As Figure 1 illustrates, asylum claims spiked immediately after passage of the Refugee Act in 1980, when over 120,000 Cubans and about 25,000 Haitians set sail for Florida. Known as the Mariel Boatlift, this mass exodus of asylum seekers put the new law to the test. (12) In the 1980s, political violence and civil wars in Central America prompted mass migration of asylum seekers from El Salvador, Guatemala, and Nicaragua. Asylum cases filed with the INS surpassed 100,000 for the first time in 1988. The Tiananmen Square massacre of Chinese protesters in 1989 symbolized events that triggered asylum seekers from China, who contributed, along with conditions in Central America, to the second spike depicted in Figure 1.

[FIGURE 1 OMITTED]

The December 1991 military coup d'etat deposing Haiti's first democratically elected president, Jean Bertrand Aristide, led thousands of Haitians to flee by boat to the United States in FY 1992. The following year, 285 Chinese came ashore in New York on the "Golden Venture" and a total of 683 Chinese came ashore in three different ocean-going vessels along the coast of California in the summer of 1993. (13) Asylum claims with the INS peaked at 149,566 in FY1995 (Figure 1). Almost half of those cases, however, resulted from the 1990 settlement of the American Baptist Church (ABC) case that allowed Salvadorans and Guatemalans living in the United States who had not obtained asylum in the past to apply for asylum. (14) By the end of FY1995, there were 457,670 asylum cases in the backlog, as the INS asylum corps was unable to keep pace.

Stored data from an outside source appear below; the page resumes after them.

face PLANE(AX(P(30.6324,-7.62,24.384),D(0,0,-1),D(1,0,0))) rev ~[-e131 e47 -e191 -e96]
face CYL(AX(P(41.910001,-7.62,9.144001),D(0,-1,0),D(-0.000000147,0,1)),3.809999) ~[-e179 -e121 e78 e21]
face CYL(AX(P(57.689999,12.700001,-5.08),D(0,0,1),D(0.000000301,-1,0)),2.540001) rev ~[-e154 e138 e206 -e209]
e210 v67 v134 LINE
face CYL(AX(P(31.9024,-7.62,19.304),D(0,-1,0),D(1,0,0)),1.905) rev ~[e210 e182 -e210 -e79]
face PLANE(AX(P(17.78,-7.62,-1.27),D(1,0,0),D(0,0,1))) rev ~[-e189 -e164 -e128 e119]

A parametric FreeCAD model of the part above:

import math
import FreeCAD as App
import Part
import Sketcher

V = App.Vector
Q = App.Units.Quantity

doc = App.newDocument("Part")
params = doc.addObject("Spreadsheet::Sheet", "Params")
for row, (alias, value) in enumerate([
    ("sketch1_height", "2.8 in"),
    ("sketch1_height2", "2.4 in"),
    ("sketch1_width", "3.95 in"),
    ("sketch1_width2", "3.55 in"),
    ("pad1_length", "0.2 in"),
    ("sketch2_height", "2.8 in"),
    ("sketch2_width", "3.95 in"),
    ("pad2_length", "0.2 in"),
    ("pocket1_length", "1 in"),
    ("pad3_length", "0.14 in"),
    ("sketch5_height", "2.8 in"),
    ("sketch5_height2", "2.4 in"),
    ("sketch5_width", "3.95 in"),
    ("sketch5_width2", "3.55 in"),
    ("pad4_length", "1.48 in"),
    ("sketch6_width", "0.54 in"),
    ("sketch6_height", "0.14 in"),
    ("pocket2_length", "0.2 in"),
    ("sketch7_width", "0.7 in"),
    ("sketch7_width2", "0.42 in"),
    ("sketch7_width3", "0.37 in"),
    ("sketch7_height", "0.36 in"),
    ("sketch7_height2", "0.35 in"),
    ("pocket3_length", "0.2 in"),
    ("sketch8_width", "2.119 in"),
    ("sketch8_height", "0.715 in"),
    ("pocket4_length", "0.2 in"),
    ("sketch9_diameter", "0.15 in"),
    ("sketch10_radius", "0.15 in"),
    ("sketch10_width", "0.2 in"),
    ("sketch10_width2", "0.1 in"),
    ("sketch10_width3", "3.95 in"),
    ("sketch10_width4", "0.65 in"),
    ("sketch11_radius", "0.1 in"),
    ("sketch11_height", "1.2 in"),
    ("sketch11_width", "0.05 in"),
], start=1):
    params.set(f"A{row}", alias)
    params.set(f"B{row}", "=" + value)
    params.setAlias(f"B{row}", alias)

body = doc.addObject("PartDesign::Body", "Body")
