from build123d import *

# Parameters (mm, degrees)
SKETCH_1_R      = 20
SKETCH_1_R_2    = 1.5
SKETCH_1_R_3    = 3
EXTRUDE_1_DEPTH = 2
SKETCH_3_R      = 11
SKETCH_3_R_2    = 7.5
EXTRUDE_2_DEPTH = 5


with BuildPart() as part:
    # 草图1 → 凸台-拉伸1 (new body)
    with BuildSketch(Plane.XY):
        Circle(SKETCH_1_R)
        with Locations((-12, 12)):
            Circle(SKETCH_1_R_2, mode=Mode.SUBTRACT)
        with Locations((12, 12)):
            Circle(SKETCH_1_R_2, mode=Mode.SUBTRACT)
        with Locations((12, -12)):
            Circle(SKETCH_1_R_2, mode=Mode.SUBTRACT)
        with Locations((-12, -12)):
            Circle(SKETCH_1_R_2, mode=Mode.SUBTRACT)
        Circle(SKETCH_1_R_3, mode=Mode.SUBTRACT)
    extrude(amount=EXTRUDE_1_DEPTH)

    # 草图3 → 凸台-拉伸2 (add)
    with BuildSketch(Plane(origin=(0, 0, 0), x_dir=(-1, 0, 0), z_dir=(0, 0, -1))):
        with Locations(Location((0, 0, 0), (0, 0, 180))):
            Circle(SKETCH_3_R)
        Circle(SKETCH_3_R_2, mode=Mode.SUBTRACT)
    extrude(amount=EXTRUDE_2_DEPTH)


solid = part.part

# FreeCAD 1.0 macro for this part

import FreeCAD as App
import Part
import Sketcher
from FreeCAD import Vector

doc = App.newDocument("Part")
body = doc.addObject("PartDesign::Body", "Body")

# Sketch on XY plane
sketch1 = body.newObject("Sketcher::SketchObject", "Sketch")
sketch1.AttachmentSupport = (doc.getObject("XY_Plane"), [""])
sketch1.MapMode = "FlatFace"
sketch1.addGeometry([
    Part.Circle(Vector(0, 0, 0), Vector(0, 0, 1), 20),  # 0
    Part.Circle(Vector(-12, -12, 0), Vector(0, 0, 1), 1.5),  # 1
    Part.Circle(Vector(12, -12, 0), Vector(0, 0, 1), 1.5),  # 2
    Part.Circle(Vector(-12, 12, 0), Vector(0, 0, 1), 1.5),  # 3
    Part.Circle(Vector(0, 0, 0), Vector(0, 0, 1), 3),  # 4
    Part.Circle(Vector(12, 12, 0), Vector(0, 0, 1), 1.5),  # 5
], False)
sketch1.addConstraint([
    Sketcher.Constraint("Coincident", 0, 3, -1, 1),
    Sketcher.Constraint("Coincident", 4, 3, -1, 1),
    Sketcher.Constraint("Equal", 1, 2),
    Sketcher.Constraint("Equal", 2, 3),
    Sketcher.Constraint("Equal", 3, 5),
    Sketcher.Constraint("Symmetric", 2, 3, 3, 3, -1, 1),
    Sketcher.Constraint("Symmetric", 1, 3, 5, 3, -1, 1),
    Sketcher.Constraint("Symmetric", 1, 3, 2, 3, -2),
    Sketcher.Constraint("Diameter", 0, 40.0),
    Sketcher.Constraint("Diameter", 1, 3.0),
    Sketcher.Constraint("Diameter", 4, 6.0),
    Sketcher.Constraint("DistanceX", 1, 3, -1, 1, 12.0),
    Sketcher.Constraint("DistanceY", 1, 3, -1, 1, 12.0),
])
pad1 = body.newObject("PartDesign::Pad", "Pad")
pad1.Profile = sketch1
pad1.Length = 2

# Sketch on XY plane
sketch2 = body.newObject("Sketcher::SketchObject", "Sketch001")
sketch2.AttachmentSupport = (doc.getObject("XY_Plane"), [""])
sketch2.MapMode = "FlatFace"
sketch2.addGeometry([
    Part.Circle(Vector(0, 0, 0), Vector(0, 0, 1), 11),
    Part.Circle(Vector(0, 0, 0), Vector(0, 0, 1), 7.5),
], False)
sketch2.addConstraint([
    Sketcher.Constraint("Coincident", 0, 3, -1, 1),
    Sketcher.Constraint("Coincident", 1, 3, -1, 1),
    Sketcher.Constraint("Diameter", 0, 22.0),
    Sketcher.Constraint("Diameter", 1, 15.0),
])
pad2 = body.newObject("PartDesign::Pad", "Pad001")
pad2.Profile = sketch2
pad2.Length = 5
pad2.Reversed = True

doc.recompute()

The Illegal Immigrant Reform and Immigrant Responsibility Act (IIRIRA, P.L. 104-208) of 1996 made substantial changes to the asylum process, most notably by establishing summary exclusion provisions (now known as expedited removal), adding time limits on filing claims, and limiting judicial review in certain circumstances. IIRIRA also added a provision enabling refugees or asylees to request asylum on the basis of persecution resulting from resistance to coercive population control policies. (15) Asylum claims with the INS dropped in the years following the passage of IIRIRA, as Figure 1 depicts. It remains difficult to assess the extent to which the IIRIRA revisions to asylum policy affected this decline.

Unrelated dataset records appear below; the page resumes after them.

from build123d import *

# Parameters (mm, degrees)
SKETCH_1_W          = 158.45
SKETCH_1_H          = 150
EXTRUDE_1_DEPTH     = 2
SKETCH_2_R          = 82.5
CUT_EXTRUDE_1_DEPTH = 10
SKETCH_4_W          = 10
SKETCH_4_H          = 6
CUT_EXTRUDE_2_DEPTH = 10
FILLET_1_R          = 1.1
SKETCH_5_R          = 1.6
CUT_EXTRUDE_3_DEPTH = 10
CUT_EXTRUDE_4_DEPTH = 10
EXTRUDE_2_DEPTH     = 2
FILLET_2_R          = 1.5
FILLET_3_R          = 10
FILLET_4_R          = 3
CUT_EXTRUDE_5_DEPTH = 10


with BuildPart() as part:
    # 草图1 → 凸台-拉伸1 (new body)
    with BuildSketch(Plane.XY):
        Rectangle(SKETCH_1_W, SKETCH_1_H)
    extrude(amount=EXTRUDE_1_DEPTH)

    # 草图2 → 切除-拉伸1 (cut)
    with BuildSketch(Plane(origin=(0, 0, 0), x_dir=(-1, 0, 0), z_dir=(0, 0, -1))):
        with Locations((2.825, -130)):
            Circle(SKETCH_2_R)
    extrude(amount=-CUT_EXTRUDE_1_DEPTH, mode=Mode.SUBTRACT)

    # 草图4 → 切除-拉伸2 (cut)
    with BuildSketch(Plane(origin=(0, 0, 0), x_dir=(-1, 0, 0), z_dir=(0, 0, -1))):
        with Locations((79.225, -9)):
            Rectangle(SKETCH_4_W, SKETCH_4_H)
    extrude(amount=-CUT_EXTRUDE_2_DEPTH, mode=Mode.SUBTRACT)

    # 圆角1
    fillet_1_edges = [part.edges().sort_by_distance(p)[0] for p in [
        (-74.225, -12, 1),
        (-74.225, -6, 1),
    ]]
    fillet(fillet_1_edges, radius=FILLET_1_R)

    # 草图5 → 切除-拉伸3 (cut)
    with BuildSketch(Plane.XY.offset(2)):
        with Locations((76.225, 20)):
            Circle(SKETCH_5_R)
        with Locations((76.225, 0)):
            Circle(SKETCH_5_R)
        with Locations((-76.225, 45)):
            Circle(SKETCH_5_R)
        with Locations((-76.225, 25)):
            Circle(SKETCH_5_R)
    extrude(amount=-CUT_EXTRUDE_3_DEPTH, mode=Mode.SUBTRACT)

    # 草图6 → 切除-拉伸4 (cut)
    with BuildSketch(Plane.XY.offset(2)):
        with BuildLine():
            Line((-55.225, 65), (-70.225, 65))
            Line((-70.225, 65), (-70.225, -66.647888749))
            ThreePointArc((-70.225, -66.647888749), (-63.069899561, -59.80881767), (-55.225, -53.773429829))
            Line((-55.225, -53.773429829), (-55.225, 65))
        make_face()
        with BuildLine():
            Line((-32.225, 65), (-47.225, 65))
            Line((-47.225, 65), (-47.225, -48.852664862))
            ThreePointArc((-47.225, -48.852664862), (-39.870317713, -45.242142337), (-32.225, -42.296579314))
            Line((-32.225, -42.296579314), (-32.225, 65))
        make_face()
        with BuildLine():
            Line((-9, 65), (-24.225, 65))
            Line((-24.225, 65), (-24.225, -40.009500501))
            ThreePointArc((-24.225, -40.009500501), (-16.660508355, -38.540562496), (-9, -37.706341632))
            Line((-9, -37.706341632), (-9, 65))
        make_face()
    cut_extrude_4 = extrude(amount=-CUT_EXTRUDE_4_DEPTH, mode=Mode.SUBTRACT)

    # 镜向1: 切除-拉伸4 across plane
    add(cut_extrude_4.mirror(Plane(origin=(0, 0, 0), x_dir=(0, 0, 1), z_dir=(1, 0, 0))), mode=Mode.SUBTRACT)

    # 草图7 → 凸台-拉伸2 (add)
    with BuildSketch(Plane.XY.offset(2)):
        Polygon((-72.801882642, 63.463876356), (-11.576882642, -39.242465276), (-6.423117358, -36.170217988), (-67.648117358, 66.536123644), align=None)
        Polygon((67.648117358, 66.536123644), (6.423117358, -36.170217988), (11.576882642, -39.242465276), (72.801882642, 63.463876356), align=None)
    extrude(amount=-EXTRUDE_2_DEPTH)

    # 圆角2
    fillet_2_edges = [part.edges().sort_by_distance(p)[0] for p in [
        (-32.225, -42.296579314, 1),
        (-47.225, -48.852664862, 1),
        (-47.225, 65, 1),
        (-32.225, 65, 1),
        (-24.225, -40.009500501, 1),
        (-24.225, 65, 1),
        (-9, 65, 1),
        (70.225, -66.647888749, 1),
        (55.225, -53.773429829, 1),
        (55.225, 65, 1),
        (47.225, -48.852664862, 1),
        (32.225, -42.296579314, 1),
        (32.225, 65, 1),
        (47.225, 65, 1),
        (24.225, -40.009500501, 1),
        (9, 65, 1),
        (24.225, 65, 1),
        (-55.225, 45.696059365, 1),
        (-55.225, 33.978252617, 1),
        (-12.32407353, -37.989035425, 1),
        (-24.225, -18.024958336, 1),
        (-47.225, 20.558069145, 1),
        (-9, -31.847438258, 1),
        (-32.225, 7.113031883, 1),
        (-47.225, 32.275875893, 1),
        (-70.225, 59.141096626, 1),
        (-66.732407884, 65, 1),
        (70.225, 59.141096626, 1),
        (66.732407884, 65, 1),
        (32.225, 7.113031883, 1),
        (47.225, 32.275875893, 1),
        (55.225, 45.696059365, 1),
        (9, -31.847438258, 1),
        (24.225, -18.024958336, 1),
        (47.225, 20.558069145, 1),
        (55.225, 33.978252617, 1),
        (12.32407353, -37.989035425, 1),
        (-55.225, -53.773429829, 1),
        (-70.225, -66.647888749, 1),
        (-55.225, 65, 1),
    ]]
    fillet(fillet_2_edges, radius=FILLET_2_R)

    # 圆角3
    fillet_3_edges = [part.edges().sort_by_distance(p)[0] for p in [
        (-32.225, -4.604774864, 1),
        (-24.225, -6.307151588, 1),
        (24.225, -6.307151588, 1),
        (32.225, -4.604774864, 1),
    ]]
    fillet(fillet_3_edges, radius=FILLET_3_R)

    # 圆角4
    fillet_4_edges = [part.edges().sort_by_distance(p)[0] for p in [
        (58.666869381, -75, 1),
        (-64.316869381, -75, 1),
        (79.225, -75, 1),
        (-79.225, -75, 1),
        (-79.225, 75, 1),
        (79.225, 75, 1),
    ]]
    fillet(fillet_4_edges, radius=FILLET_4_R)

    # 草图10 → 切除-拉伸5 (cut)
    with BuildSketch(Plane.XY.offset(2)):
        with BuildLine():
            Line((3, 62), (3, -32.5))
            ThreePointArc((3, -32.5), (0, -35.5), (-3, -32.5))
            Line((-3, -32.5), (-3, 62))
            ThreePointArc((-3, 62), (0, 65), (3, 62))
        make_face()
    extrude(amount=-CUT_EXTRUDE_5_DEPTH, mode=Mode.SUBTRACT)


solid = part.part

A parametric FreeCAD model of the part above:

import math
import FreeCAD as App
import Part
import Sketcher
Q = App.Units.Quantity


def edges_at(feature, points):
    """Names of the edges that pass closest to the given points."""
    edges = feature.Shape.Edges
    near = lambda p: min(range(len(edges)), key=lambda i: edges[i].distToShape(Part.Vertex(*p))[0])
    return sorted({f"Edge{near(p) + 1}" for p in points})

doc = App.newDocument("Part")
body = doc.addObject("PartDesign::Body", "Body")

sketch1 = doc.addObject("Sketcher::SketchObject", "Sketch")
body.addObject(sketch1)
sketch1.AttachmentSupport = (doc.XY_Plane, [""])
sketch1.MapMode = "FlatFace"
sketch1.addGeometry([
    Part.LineSegment(App.Vector(-79, 75, 0), App.Vector(-79, -75, 0)),
    Part.LineSegment(App.Vector(-79, -75, 0), App.Vector(79, -75, 0)),
    Part.LineSegment(App.Vector(79, -75, 0), App.Vector(79, 75, 0)),
    Part.LineSegment(App.Vector(79, 75, 0), App.Vector(-79, 75, 0)),
], False)
sketch1.addConstraint([
    Sketcher.Constraint("Coincident", 0, 2, 1, 1),
    Sketcher.Constraint("Coincident", 1, 2, 2, 1),
    Sketcher.Constraint("Coincident", 2, 2, 3, 1),
    Sketcher.Constraint("Coincident", 3, 2, 0, 1),
    Sketcher.Constraint("Vertical", 0),
    Sketcher.Constraint("Horizontal", 1),
    Sketcher.Constraint("Vertical", 2),
    Sketcher.Constraint("Horizontal", 3),
    Sketcher.Constraint("Symmetric", 0, 2, 2, 2, -1, 1),
    Sketcher.Constraint("DistanceY", 0, 2, 0, 1, Q("150 mm")),
    Sketcher.Constraint("DistanceX", 1, 1, 1, 2, Q("158.45 mm")),
])
pad1 = doc.addObject("PartDesign::Pad", "Pad")
body.addObject(pad1)
pad1.Profile = sketch1
pad1.Length = 2

sketch2 = doc.addObject("Sketcher::SketchObject", "Sketch001")
body.addObject(sketch2)
sketch2.AttachmentSupport = (doc.XY_Plane, [""])
sketch2.MapMode = "FlatFace"
sketch2.addGeometry(Part.Circle(App.Vector(-3, -130, 0), App.Vector(0, 0, 1), 82), False)
sketch2.addConstraint([
    Sketcher.Constraint("Diameter", 0, Q("165 mm")),
    Sketcher.Constraint("DistanceY", 0, 3, -1, 1, Q("130 mm")),
    Sketcher.Constraint("DistanceX", 0, 3, -1, 1, Q("2.825 mm")),
])
pocket1 = doc.addObject("PartDesign::Pocket", "Pocket")
body.addObject(pocket1)
pocket1.Profile = sketch2
pocket1.Length = 10
pocket1.Reversed = True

The Real ID Act of 2005 (P.L. 109-13) further revised asylum law. Foremost, it established expressed standards of proof for asylum seekers, including that the applicant's race, religion, nationality, social group, or political opinion was or will be one of the central motives for his or her persecution. It also required that the asylum seeker provide evidence which corroborates otherwise credible testimony; such evidence must be provided unless the applicant cannot reasonably obtain it. (16)

Standards for Asylum

Because "fear" is a subjective state of mind, assessing the merits of an asylum case rests in large part on the credibility of the claim and the likelihood that persecution would occur if the alien is returned home. These two distinct concepts--the credibility of the claim, or "credible fear," and the likelihood that persecution would occur, or "well-founded fear"--are fundamental to establishing the standards for asylum. A third dimension that overlays these concepts is the matter of "mixed motives" for persecuting the alien. Each of these standards are discussed below.

Credible Fear

The INA states that "the term credible fear of persecution means that there is a significant possibility, taking into account the credibility of the statements made by the alien in support of the alien's claim and such other facts as are known to the officer, that the alien could establish eligibility for asylum under [section] 208." (17) Integral to expedited removal, which is discussed below, the credible fear concept also functions as a pre-screening standard that is broader--and the burden of proof easier to meet--than the well-founded fear of persecution standard required to obtain asylum.